Die vorangehende Auslegung der §§ 37 b, 140 SGB III hält das Gericht schließlich auch aus verfassungsrechtlichen Gründen für geboten. Eine gesetzliche Regelung ist nach ständiger Rechtsprechung des Bundesverfassungsgerichts (BVerfG) nicht verfassungswidrig, solange eine nach den anerkannten Grundsätzen über die Interpretation von Gesetzen zulässige Auslegung möglich ist, die mit dem Grundgesetz (GG) in Einklang steht (BVerfGE 69, 1, 55 m.w.N.). Die §§ 140 Satz 1 i.V.m. 37 b Satz 1 SGB III ordnen eine Minderung des von der verfassungsrechtlichen Eigentumsgarantie in Art. 14 Abs. 1 Satz 1 GG erfassten Anspruchs auf Alg (BVerfGE 72, 9; BVerfG, Beschluss vom 10.02.1987 – 1 Bvl 15/83; ganz h.M.) an. Sie fungieren somit als Inhalts- und Schrankenbestimmung i.S.d. § 14 Abs. 1 Satz 2 GG (vgl. nur SG Aachen, Urteil vom 18.06.2004 – S 8 AL 82/04; SG Frankfurt an der Oder, Beschluss vom 01.04.2004 – S 7 AL 42/04, h.M.) und müssen als solche zur Erreichung des gesetzgeberischen Zwecks geeignet und erforderlich sein. Schließlich darf sich der Grundrechtseingriff für den Betroffenen auch nicht übermäßig belastend auswirken, d.h. die Belastung und der mit ihr verfolgte gesetzgeberische Zweck müssen in einem wohl abgewogenen Verhältnis zueinander stehen (Verhältnismäßigkeit im engeren Sinne, vgl. BVerfGE 72, 66, 77 f.). Eine Minderung des Alg nach den §§ 37 b, 140 SGB III ist in Fällen wie dem vorliegenden zumindest unverhältnismäßig im engeren Sinne (bereits gegen Geeignetheit und Erforderlichkeit SG Frankfurt an der Oder, a.a.O.). Der durch die §§ 37 b, 140 SGB III angestrebte Zweck liegt in einer möglichst frühzeitige Vermittlung der demnächst Arbeitslosen und im Idealfall in der Vermeidung von Arbeitslosigkeit überhaupt, weswegen in der Gesetzesbegründung (BT-Drs. 15/25 S. 31) von der Minderung als pauschalem Schadensausgleich zugunsten der Versichertengemeinschaft die Rede ist. Ein grobes Mißverhältnis zwischen diesem Zweck und der gesetzlich angeordneten Sanktion liegt nach Auffassung der Kammer aber jedenfalls dann vor, wenn der demnächst Arbeitslose seine Obliegenheit nicht wenigstens grob fahrlässig verkennt und aus seiner Sicht alle erforderlichen Schritte unternimmt, um seine baldige Vermittlung zu fördern.
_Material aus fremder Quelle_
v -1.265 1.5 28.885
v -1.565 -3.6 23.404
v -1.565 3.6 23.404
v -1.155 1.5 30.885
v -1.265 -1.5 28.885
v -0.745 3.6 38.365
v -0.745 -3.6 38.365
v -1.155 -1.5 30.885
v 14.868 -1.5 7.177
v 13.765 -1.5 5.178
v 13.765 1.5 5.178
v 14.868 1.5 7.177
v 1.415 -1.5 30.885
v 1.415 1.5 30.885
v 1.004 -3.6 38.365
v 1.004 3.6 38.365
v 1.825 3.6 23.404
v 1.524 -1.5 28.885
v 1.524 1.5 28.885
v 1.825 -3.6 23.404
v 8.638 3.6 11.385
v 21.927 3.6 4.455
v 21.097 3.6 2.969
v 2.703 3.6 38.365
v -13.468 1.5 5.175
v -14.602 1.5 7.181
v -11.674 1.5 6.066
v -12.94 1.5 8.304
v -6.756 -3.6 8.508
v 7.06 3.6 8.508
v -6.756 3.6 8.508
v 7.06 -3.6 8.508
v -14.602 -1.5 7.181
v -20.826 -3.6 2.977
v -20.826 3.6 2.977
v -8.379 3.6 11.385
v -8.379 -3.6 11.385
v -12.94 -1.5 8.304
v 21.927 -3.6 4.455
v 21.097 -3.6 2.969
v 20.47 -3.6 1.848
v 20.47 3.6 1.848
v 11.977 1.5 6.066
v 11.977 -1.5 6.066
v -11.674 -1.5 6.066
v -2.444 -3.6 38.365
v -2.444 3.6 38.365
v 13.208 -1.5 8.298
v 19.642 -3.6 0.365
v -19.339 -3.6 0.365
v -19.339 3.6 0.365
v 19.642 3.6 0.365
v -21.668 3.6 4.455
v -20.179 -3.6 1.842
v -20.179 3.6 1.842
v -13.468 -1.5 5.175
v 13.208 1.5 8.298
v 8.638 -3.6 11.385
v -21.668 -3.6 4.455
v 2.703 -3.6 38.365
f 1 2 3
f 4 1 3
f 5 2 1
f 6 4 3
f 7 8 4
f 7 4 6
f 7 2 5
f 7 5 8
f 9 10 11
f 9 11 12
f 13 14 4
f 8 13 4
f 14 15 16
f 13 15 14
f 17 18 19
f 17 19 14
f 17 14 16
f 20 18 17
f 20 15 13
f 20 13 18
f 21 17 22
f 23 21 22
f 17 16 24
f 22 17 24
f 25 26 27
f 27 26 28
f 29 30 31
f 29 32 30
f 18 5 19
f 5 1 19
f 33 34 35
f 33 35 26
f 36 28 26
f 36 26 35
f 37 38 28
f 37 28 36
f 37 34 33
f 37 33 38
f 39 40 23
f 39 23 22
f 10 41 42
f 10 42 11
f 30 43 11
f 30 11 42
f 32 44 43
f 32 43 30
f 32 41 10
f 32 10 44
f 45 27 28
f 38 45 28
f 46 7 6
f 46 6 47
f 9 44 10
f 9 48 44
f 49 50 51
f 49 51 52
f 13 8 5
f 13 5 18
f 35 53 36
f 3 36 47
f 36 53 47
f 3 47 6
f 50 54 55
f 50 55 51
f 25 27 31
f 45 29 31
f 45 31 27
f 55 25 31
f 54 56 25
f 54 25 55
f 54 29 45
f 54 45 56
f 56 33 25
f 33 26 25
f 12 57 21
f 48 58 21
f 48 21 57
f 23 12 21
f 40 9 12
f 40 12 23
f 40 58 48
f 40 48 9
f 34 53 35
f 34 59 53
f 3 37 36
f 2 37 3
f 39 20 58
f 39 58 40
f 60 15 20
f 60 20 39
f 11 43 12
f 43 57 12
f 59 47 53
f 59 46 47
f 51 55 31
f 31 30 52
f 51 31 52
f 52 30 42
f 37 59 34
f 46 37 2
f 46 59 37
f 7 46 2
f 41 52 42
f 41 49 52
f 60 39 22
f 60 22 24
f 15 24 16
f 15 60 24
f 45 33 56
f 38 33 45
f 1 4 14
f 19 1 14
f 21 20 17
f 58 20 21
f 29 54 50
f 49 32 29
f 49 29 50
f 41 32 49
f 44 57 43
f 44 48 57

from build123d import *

# Parameters (mm, degrees)
F1_DEPTH = 3.6
F3_DEPTH = 1.5


with BuildPart() as f1:
    # F0 (on Front) → F1 (new body, symmetric)
    with BuildSketch(Plane.XZ):
        Polygon((-20.8257506798, 2.9768245619), (-8.3789686798, 11.3850395619), (-1.5652516798, 23.4041475619), (-0.7448276798, 38.3654525619), (-2.4436836798, 38.3654525619), (-21.6676586798, 4.4551755619), align=None)
    extrude(amount=F1_DEPTH, both=True)



with BuildPart() as f1b:
    # F0 (on Front) → F1, piece 2 (new body, symmetric)
    with BuildSketch(Plane.XZ):
        Polygon((1.8247563202, 23.4041475619), (8.6384733202, 11.3850395619), (21.0967113202, 2.9690845619), (21.9271633202, 4.4551755619), (2.7031873202, 38.3654525619), (1.0043313202, 38.3654525619), align=None)
    extrude(amount=F1_DEPTH, both=True)


with BuildPart() as f1c:
    # F0 (on Front) → F1, piece 3 (new body, symmetric)
    with BuildSketch(Plane.XZ):
        Polygon((7.0596503202, 8.5081085619), (-6.7564876798, 8.5081085619), (-20.1794006798, 1.8418635619), (-19.3385966798, 0.3654525619), (19.6417593202, 0.3654525619), (20.4702253202, 1.8479905619), align=None)
    extrude(amount=F1_DEPTH, both=True)


with BuildPart() as f1_1:
    add(f1.part)

    add(f1b.part)  # F3 merges F1b

    add(f1c.part)  # F3 merges F1c
    # F2 (on Front) → F3 (join, symmetric)
    with BuildSketch(Plane.XZ):
        Polygon((1.4145438202, 30.8848000619), (-1.1550396798, 30.8848000619), (-1.2647124657, 28.8848000619), (1.5242167398, 28.8848000619), align=None)
        Polygon((-12.939735993, 8.3040896316), (-14.6023596798, 7.1809320619), (-13.4679441798, 5.1749860619), (-11.6739917823, 6.0659198107), align=None)
        Polygon((11.9765909947, 6.0661994647), (13.7649378202, 5.1780495619), (14.8675923202, 7.1770620619), (13.207815063, 8.2982969193), align=None)
    extrude(amount=F3_DEPTH, both=True)


solid = f1_1.part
Dies ist dann der Fall, wenn die Meldung als arbeitsuchend bereits vor Eintrit der Arbeitslosigkeit erfolgt und der Versichertengemeinschaft kein besonderer – über den Ausfall von Vermittlungstätigkeit hinausgehender – Schaden entstanden ist.
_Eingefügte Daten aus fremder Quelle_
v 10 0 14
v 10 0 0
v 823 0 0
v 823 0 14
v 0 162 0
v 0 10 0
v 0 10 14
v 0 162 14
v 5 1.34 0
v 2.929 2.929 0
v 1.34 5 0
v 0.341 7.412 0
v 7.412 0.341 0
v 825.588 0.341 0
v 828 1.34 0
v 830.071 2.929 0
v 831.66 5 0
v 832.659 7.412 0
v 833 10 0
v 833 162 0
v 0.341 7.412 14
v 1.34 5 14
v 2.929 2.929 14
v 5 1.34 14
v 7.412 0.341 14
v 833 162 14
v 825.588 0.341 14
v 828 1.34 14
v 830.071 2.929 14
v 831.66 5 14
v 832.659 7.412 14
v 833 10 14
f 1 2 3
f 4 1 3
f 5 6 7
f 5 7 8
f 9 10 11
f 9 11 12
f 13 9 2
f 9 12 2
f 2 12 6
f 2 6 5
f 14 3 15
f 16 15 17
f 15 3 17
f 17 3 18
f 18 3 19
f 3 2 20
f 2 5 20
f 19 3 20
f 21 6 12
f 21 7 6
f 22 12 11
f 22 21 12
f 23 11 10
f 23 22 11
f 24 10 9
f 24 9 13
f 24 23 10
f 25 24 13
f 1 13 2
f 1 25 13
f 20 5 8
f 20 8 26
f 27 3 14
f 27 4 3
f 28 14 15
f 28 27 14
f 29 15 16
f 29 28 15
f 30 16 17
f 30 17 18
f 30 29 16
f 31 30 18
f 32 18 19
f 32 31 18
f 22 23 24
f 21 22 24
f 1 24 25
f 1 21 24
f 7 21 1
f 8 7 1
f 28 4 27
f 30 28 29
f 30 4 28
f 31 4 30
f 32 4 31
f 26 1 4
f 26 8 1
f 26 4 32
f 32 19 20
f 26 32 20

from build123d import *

# Parameters (mm, degrees)
BOX_W       = 833
BOX_H       = 162
BOX_DEPTH   = 14
FILLET_R    = 10
FILLET001_R = 10


with BuildPart() as part:
    # Box → Box (new body)
    with BuildSketch(Plane.XY):
        with Locations((416.5, 81)):
            Rectangle(BOX_W, BOX_H)
    extrude(amount=BOX_DEPTH)

    # Fillet
    fillet_edges = [part.edges().sort_by_distance(p)[0] for p in [
        (0, 0, 7),
    ]]
    fillet(fillet_edges, radius=FILLET_R)

    # Fillet001
    fillet001_edges = [part.edges().sort_by_distance(p)[0] for p in [
        (833, 0, 7),
    ]]
    fillet(fillet001_edges, radius=FILLET001_R)


solid = part.part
Im vorliegenden Fall ist festzustellen, dass die Klägerin diese allgemeine Verhaltenserwartung der Versichertengemeinschaft (eigene Bemühungen zur Vermeidung von Arbeitslosigkeit) erfüllt hat. Unter Zugrundelegung des von der Beklagten angenommenen Zeitpunkts der Meldung am 23.01.2004 hat sie sich mehr als 7 Monate vor Eintritt der Arbeitslosigkeit (01.09.2004) arbeitsuchend gemeldet. Dass die Beklagte hingegen an den 5 dienstbereiten Tagen zwischen dem 15. und dem 23.01.2004 keine Vermittlungsbemühungen entfalten konnte, fällt angesichts einer solch langen "Vorlaufzeit" nicht derart wesentlich ins Gewicht, dass die Klägerin mit einem pauschalierten Schadensausgleich wegen entgangener Vermittlungschancen belastet werden dürfte.
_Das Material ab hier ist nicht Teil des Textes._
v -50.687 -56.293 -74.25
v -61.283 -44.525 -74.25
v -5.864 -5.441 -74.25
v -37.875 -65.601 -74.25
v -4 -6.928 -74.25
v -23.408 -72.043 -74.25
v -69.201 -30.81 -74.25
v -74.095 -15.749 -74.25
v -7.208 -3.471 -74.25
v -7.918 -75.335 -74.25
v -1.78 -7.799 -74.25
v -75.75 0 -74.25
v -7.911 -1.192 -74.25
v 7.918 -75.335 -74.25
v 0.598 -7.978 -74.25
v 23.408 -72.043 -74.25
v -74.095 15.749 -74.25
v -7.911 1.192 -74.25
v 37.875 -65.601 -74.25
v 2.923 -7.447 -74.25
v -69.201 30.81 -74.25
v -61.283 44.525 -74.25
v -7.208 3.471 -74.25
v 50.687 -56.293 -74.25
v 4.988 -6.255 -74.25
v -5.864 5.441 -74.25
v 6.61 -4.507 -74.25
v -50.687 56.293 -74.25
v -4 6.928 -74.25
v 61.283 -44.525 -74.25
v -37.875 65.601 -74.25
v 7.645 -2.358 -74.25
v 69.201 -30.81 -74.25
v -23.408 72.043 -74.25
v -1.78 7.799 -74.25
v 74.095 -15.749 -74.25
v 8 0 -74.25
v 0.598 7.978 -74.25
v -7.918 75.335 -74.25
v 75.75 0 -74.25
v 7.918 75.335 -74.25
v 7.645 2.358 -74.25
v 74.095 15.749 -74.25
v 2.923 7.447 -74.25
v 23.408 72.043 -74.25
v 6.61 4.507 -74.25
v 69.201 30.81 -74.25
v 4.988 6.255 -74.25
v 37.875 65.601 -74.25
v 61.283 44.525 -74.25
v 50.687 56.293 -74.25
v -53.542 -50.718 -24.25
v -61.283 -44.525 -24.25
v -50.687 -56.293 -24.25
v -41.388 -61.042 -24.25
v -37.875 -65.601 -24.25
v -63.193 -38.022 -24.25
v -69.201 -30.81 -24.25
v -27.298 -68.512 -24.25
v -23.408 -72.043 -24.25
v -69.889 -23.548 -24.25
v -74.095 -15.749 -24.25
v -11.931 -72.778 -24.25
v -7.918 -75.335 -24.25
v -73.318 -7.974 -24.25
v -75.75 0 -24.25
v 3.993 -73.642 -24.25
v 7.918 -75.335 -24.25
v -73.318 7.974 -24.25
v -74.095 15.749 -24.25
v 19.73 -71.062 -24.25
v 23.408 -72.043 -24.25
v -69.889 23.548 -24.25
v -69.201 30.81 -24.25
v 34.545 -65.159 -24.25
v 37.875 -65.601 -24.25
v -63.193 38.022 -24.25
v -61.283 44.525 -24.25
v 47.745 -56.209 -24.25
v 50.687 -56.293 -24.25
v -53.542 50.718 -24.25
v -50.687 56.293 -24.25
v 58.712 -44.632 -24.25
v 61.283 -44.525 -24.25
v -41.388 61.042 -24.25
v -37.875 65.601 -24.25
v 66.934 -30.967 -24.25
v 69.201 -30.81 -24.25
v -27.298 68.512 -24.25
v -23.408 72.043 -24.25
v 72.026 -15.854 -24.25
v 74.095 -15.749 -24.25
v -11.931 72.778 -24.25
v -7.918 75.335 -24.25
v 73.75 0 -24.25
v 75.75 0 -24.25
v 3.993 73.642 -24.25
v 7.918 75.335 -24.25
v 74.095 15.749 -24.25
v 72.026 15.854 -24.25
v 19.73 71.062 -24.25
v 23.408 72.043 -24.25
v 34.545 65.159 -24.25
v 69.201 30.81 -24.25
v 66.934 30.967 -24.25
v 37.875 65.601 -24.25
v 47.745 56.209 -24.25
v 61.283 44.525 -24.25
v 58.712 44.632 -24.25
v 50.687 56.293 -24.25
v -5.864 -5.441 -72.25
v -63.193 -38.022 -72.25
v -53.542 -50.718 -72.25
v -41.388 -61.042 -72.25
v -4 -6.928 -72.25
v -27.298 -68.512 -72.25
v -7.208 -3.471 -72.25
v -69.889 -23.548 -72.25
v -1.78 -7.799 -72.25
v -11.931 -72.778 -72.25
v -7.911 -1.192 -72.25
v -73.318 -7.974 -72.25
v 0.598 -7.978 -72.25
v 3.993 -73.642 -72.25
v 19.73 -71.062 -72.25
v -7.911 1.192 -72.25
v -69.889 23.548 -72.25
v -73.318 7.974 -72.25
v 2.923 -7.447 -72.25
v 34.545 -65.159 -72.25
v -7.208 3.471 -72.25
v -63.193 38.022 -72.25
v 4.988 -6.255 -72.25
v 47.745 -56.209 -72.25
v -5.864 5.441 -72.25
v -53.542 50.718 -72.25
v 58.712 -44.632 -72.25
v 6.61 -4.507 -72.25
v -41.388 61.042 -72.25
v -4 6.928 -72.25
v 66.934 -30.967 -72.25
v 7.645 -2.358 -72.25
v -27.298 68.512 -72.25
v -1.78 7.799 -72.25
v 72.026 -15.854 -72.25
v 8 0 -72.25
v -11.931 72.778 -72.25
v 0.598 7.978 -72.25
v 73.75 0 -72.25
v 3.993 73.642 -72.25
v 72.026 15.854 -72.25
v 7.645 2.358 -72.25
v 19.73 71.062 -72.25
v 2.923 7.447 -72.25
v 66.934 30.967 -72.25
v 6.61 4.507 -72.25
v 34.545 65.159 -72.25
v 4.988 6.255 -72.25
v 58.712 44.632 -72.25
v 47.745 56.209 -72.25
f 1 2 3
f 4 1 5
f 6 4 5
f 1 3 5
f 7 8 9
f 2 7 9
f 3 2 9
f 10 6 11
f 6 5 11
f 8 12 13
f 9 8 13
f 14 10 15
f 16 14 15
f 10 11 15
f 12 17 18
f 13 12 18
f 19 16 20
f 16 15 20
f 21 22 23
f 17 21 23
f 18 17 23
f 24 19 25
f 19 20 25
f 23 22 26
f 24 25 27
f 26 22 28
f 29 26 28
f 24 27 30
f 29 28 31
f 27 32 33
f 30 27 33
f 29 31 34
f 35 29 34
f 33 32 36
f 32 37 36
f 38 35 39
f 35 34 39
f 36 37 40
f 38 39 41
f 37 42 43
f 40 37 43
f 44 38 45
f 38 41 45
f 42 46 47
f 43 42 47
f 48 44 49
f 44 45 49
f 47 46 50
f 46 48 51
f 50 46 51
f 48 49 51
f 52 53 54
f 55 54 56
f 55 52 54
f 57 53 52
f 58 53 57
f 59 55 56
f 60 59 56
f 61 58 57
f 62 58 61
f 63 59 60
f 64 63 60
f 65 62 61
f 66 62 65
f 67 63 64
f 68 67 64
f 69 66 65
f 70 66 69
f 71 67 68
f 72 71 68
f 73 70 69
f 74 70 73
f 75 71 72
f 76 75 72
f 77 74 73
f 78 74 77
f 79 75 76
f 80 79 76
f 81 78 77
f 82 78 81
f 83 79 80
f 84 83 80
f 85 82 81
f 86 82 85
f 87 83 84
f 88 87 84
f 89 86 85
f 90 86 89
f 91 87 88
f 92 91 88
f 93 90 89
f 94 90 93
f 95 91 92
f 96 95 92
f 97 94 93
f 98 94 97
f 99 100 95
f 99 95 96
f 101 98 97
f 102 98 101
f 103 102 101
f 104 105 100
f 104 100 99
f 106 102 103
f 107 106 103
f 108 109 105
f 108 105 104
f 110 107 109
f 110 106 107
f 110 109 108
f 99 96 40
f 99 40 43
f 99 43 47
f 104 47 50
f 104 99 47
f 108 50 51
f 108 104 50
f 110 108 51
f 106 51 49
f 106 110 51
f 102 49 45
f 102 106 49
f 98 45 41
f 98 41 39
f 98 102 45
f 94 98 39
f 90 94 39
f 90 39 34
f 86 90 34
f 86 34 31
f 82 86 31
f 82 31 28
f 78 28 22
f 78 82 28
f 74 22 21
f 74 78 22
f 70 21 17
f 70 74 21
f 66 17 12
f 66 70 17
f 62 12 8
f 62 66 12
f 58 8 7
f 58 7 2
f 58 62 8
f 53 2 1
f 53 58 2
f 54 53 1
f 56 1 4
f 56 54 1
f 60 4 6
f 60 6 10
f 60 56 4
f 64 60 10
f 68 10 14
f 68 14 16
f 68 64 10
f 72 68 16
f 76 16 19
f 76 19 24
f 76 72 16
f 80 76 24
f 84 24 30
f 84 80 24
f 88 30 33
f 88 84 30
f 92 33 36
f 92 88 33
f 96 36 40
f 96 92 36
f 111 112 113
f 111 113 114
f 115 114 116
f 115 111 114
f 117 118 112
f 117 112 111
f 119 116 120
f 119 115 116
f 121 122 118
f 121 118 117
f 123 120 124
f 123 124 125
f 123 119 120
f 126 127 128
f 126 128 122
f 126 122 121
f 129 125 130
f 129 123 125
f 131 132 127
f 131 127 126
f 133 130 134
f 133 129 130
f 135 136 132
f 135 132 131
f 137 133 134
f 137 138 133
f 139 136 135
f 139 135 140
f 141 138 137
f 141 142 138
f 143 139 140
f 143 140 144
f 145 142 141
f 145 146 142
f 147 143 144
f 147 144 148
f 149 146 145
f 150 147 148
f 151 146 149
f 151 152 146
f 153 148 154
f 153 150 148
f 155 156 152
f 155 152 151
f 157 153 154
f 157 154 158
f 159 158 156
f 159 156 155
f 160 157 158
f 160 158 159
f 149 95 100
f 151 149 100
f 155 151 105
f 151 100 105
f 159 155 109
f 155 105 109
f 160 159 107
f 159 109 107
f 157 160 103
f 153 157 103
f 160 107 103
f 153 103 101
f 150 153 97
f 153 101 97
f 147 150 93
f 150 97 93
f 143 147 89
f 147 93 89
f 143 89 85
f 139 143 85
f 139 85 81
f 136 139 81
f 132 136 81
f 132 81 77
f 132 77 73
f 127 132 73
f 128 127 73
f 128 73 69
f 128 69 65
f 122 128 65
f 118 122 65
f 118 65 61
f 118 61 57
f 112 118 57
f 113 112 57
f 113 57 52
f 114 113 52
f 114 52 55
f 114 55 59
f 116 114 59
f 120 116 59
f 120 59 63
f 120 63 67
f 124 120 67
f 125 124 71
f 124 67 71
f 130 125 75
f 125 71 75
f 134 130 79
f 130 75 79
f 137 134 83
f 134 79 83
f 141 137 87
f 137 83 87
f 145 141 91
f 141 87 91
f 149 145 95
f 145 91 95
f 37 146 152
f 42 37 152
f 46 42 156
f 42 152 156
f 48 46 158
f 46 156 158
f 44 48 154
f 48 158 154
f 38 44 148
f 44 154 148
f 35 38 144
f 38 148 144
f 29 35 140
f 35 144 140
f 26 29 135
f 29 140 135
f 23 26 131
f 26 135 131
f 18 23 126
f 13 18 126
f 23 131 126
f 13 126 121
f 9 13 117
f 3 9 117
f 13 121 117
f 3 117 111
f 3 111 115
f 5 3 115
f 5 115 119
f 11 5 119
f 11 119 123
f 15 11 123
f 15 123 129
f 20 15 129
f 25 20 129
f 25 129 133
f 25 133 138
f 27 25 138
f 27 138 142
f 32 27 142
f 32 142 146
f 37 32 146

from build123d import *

# Parameters (mm, degrees)
SKETCH113_R     = 75.75
PAD051_DEPTH    = 50
THICKNESS001_T  = -2
SKETCH114_R     = 8
POCKET112_DEPTH = 2.001


with BuildPart() as part:
    # Sketch113 → Pad051 (new body)
    with BuildSketch(Plane.XY.offset(-30)):
        Circle(SKETCH113_R)
    extrude(amount=-PAD051_DEPTH)

    # Thickness001
    thickness001_openings = [part.faces().sort_by_distance(p)[0] for p in [
        (0, 0, -30),
    ]]
    offset(amount=THICKNESS001_T, openings=thickness001_openings)

    # Sketch114 (on Face5 of Thickness001) → Pocket112 (cut, through all)
    with BuildSketch(Plane.XY.offset(-78)):
        Circle(SKETCH114_R)
    extrude(amount=-POCKET112_DEPTH, mode=Mode.SUBTRACT)


with BuildPart() as part_1:
    # Body007 placement: moved
    add(part.part.moved(Location((0, 0, 5.75))))


solid = part_1.part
Dieser verfassungskonformen Auslegung der §§ 37 b Satz 1, 140 SGB III lässt sich schließlich auch nicht entgegenhalten, die Minderung von Alg werde durch einen Schadensersatzanspruch gegen den früheren Arbeitgeber wegen Nichtbeachtung der der gesetzlichen Hinweispflicht kompensiert. Es kann dahinstehen, ob und inwieweit zivilrechtliche Schadensersatzansprüche gegen private Dritte überhaupt geeignet sind, um Grundrechtseingriffe auszugleichen. Jedenfalls hat die arbeitsgerichtliche Rechtsprechung einen derartigen Schadensersatzanspruch bislang abgelehnt (LAG Düsseldorf, Urteil vom 29.09.2004 – 12 Sa 1323/04; LAG Hamm, Urteil vom 07.09.2004 – 19 Sa 1248/04 m.w.N. – Az des Revisionsverfahrens: 8 AZR 571/04; ArbG Verden, Urteil vom 27.11.2003 – 3 Ca 1567/03, NZA-RR 2004, 108 f, mit zust. Anm. Heins/Höstermann, BB 2004, 1633 f; hierzu auch Geiger, a.a.O., S. 343 m.w.N.).

Die Kostenentscheidung beruht auf § 193 SGG, die Entscheidung über die Zulassung der Berufung auf § 144 Abs. 1 Satz 1 Nr. 1 und Abs. 2 Nr. 1 SGG.